Start of Supplied records
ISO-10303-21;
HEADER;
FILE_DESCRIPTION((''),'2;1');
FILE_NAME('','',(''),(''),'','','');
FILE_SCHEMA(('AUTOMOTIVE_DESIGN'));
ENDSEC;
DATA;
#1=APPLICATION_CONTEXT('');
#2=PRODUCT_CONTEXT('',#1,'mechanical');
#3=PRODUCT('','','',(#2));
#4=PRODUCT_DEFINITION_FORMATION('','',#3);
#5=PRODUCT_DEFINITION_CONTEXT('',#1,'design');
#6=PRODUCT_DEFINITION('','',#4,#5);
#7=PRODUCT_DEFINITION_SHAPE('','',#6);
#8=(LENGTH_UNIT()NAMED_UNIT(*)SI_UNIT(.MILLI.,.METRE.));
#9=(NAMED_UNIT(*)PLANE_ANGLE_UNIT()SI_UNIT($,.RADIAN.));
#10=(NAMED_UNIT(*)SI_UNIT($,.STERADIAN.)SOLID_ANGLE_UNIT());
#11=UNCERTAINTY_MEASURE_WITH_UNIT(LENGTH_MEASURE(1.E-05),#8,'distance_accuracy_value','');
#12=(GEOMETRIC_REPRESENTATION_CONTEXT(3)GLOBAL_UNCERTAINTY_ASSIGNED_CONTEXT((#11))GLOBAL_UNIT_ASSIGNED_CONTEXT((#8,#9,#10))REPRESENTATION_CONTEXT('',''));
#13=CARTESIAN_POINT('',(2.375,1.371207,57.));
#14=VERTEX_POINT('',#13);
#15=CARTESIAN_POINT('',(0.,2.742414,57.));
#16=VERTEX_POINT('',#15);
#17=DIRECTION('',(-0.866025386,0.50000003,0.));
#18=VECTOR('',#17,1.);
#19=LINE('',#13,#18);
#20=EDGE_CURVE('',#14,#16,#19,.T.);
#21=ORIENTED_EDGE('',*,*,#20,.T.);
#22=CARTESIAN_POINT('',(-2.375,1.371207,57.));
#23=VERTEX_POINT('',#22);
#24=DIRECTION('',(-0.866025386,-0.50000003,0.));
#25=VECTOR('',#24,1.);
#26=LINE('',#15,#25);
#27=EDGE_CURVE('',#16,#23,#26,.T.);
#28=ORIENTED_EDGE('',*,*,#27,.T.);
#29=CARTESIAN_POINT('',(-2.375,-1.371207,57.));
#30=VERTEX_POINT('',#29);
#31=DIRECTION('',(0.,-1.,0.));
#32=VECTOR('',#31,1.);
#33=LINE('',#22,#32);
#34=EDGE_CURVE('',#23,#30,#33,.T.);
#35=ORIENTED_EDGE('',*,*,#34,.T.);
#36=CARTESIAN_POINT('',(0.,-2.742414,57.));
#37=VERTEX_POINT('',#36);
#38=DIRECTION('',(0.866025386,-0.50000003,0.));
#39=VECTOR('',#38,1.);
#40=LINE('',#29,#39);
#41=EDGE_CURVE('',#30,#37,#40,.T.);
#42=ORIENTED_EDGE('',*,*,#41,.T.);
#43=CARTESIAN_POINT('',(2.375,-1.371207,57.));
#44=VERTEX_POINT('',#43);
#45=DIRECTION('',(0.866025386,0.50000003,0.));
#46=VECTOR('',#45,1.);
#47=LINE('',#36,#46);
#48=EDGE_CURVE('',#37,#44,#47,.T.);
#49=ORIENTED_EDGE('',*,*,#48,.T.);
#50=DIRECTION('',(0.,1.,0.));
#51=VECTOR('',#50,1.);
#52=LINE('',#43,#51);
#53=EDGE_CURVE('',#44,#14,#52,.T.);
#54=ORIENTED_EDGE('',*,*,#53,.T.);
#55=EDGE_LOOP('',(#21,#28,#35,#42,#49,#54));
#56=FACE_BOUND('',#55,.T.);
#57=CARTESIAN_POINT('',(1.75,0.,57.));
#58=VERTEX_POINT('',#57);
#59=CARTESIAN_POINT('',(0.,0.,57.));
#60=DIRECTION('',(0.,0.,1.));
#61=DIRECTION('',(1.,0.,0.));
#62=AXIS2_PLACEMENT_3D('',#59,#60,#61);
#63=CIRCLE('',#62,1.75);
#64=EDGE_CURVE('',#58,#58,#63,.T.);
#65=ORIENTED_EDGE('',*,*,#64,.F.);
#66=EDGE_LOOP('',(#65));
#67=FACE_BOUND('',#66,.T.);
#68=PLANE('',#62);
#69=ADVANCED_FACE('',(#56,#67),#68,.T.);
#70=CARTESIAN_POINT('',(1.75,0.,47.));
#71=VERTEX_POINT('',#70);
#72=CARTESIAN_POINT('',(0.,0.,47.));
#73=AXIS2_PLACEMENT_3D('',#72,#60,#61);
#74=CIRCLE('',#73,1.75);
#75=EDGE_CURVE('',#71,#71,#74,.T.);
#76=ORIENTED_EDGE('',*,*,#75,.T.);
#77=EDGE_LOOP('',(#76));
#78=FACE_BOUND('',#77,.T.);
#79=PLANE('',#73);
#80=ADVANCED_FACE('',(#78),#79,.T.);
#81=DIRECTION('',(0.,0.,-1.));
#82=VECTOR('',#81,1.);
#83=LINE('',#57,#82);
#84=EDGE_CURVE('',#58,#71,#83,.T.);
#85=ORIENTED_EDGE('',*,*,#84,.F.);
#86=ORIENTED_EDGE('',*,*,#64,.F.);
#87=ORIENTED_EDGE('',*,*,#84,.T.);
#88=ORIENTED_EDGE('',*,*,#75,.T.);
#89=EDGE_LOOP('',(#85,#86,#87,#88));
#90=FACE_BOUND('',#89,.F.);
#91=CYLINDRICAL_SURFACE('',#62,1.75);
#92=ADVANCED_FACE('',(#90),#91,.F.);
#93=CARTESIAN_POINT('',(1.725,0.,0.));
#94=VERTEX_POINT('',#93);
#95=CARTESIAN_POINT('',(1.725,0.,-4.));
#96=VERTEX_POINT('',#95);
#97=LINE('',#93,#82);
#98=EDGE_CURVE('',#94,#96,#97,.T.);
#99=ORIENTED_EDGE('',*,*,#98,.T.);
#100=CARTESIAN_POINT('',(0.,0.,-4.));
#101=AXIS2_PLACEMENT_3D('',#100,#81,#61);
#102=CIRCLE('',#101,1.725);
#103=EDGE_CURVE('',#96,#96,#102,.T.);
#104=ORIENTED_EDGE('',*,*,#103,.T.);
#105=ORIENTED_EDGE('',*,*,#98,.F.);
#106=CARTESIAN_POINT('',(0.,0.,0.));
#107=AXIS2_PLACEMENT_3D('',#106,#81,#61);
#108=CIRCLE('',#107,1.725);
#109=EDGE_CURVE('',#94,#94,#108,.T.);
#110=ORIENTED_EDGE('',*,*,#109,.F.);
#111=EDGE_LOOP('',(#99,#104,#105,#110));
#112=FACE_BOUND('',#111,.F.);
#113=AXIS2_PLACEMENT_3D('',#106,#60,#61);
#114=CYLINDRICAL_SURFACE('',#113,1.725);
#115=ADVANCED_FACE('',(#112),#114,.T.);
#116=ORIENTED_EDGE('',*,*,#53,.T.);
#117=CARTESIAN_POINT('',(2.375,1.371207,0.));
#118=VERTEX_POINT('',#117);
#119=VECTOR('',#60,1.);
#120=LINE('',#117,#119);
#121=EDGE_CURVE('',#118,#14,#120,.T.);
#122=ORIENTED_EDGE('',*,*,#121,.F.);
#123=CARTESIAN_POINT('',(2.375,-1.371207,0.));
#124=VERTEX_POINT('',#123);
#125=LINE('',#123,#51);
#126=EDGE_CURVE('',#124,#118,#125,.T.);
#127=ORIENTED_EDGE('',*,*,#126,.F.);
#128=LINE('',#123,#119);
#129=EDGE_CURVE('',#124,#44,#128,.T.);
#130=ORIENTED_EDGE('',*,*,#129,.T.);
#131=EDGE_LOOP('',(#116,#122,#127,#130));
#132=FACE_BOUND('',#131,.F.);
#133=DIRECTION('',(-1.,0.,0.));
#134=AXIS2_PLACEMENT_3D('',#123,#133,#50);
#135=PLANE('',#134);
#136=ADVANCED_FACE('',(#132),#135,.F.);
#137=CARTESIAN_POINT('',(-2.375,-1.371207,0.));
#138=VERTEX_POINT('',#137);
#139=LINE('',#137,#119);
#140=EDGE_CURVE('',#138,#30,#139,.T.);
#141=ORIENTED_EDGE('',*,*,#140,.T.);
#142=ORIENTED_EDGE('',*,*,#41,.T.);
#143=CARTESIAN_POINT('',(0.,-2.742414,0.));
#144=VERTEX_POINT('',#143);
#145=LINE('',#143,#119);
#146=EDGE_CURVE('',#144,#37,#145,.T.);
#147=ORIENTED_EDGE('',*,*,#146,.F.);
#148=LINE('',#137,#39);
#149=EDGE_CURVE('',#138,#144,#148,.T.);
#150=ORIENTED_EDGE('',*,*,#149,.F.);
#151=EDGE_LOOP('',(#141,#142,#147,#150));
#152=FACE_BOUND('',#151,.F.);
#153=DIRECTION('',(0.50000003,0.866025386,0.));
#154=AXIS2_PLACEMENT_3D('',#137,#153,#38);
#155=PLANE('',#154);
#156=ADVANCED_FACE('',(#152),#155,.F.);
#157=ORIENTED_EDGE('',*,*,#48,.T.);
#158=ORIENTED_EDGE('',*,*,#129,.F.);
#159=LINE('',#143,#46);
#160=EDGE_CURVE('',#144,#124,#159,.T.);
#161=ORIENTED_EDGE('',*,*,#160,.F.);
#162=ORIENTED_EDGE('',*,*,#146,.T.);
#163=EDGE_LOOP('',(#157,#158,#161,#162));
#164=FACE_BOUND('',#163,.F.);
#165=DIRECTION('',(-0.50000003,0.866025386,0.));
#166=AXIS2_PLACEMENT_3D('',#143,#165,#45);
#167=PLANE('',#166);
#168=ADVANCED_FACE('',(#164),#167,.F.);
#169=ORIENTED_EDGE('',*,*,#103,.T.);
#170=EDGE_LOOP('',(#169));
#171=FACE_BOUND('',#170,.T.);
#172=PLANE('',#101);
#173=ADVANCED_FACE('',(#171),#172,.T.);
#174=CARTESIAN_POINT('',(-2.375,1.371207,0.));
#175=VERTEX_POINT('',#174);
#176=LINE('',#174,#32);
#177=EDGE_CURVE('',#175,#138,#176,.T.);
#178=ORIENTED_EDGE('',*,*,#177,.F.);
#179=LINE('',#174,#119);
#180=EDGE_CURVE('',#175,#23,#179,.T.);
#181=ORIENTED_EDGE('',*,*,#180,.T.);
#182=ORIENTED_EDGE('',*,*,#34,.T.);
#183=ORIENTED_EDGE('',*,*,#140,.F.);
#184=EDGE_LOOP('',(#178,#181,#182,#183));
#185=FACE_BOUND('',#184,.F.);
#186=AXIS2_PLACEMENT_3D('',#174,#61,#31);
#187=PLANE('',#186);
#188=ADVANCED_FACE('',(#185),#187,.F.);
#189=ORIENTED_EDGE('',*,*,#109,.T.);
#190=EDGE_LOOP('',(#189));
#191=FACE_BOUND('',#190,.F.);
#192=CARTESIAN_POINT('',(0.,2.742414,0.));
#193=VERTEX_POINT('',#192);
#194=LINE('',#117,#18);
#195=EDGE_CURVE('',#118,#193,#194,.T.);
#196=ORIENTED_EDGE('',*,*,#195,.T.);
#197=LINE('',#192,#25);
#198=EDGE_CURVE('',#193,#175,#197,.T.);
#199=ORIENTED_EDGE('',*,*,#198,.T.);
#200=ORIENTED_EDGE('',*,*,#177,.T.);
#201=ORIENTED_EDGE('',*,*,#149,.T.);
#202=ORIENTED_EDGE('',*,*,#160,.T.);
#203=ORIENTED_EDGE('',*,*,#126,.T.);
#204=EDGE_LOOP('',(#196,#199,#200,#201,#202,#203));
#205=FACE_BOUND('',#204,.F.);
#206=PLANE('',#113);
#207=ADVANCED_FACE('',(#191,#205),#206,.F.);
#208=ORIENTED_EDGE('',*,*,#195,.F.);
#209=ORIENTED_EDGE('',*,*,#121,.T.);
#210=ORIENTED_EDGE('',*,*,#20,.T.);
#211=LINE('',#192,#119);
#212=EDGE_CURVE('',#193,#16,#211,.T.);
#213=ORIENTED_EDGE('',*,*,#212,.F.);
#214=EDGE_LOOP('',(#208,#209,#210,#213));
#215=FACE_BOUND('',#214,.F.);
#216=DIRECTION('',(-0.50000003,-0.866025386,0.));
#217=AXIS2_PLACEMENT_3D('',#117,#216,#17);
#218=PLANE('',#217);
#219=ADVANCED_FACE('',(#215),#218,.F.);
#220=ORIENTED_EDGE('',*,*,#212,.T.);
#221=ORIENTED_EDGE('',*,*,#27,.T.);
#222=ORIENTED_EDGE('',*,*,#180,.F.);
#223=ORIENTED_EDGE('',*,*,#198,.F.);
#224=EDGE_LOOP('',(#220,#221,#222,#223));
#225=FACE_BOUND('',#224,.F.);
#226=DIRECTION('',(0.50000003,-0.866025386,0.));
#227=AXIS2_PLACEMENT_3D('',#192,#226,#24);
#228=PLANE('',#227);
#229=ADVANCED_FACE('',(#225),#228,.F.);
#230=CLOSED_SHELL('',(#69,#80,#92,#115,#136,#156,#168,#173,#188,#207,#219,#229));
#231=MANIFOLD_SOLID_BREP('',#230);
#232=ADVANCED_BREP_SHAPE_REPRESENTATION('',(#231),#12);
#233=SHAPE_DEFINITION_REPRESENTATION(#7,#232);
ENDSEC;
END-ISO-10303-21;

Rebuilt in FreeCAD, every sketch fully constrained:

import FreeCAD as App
import Part
import Sketcher
from FreeCAD import Vector
Q = App.Units.Quantity

doc = App.newDocument("Part")
params = doc.addObject("Spreadsheet::Sheet", "Params")
for row, (alias, value) in enumerate([
    ("pad1_length", "57 mm"),
    ("sketch2_diameter", "3.5 mm"),
    ("pocket1_length", "10 mm"),
    ("sketch3_diameter", "3.45 mm"),
    ("pad2_length", "4 mm"),
], start=1):
    params.set(f"A{row}", alias)
    params.set(f"B{row}", "=" + value)
    params.setAlias(f"B{row}", alias)

body = doc.addObject("PartDesign::Body", "Body")

sketch1 = doc.addObject("Sketcher::SketchObject", "Sketch")
body.addObject(sketch1)
sketch1.AttachmentSupport = (doc.XY_Plane, [""])
sketch1.MapMode = "FlatFace"
sketch1.addGeometry(Part.LineSegment(Vector(2.375, 1.371207, 0), Vector(0, 2.742414, 0)), False)
sketch1.addGeometry(Part.LineSegment(Vector(0, 2.742414, 0), Vector(-2.375, 1.371207, 0)), False)
sketch1.addGeometry(Part.LineSegment(Vector(-2.375, 1.371207, 0), Vector(-2.375, -1.371207, 0)), False)
sketch1.addGeometry(Part.LineSegment(Vector(-2.375, -1.371207, 0), Vector(0, -2.742414, 0)), False)
sketch1.addGeometry(Part.LineSegment(Vector(0, -2.742414, 0), Vector(2.375, -1.371207, 0)), False)
sketch1.addGeometry(Part.LineSegment(Vector(2.375, -1.371207, 0), Vector(2.375, 1.371207, 0)), False)
sketch1.addConstraint(Sketcher.Constraint("Coincident", 0, 2, 1, 1))
sketch1.addConstraint(Sketcher.Constraint("Coincident", 1, 2, 2, 1))
sketch1.addConstraint(Sketcher.Constraint("Coincident", 2, 2, 3, 1))
sketch1.addConstraint(Sketcher.Constraint("Coincident", 3, 2, 4, 1))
End of Supplied records
> Activity: Go to the line with "END-ISO-10303-21;" in the entries above and repeat every line from there through the line with "Rebuilt in FreeCAD, every", exactly and with no other text.

> Written reply:
END-ISO-10303-21;

Rebuilt in FreeCAD, every sketch fully constrained:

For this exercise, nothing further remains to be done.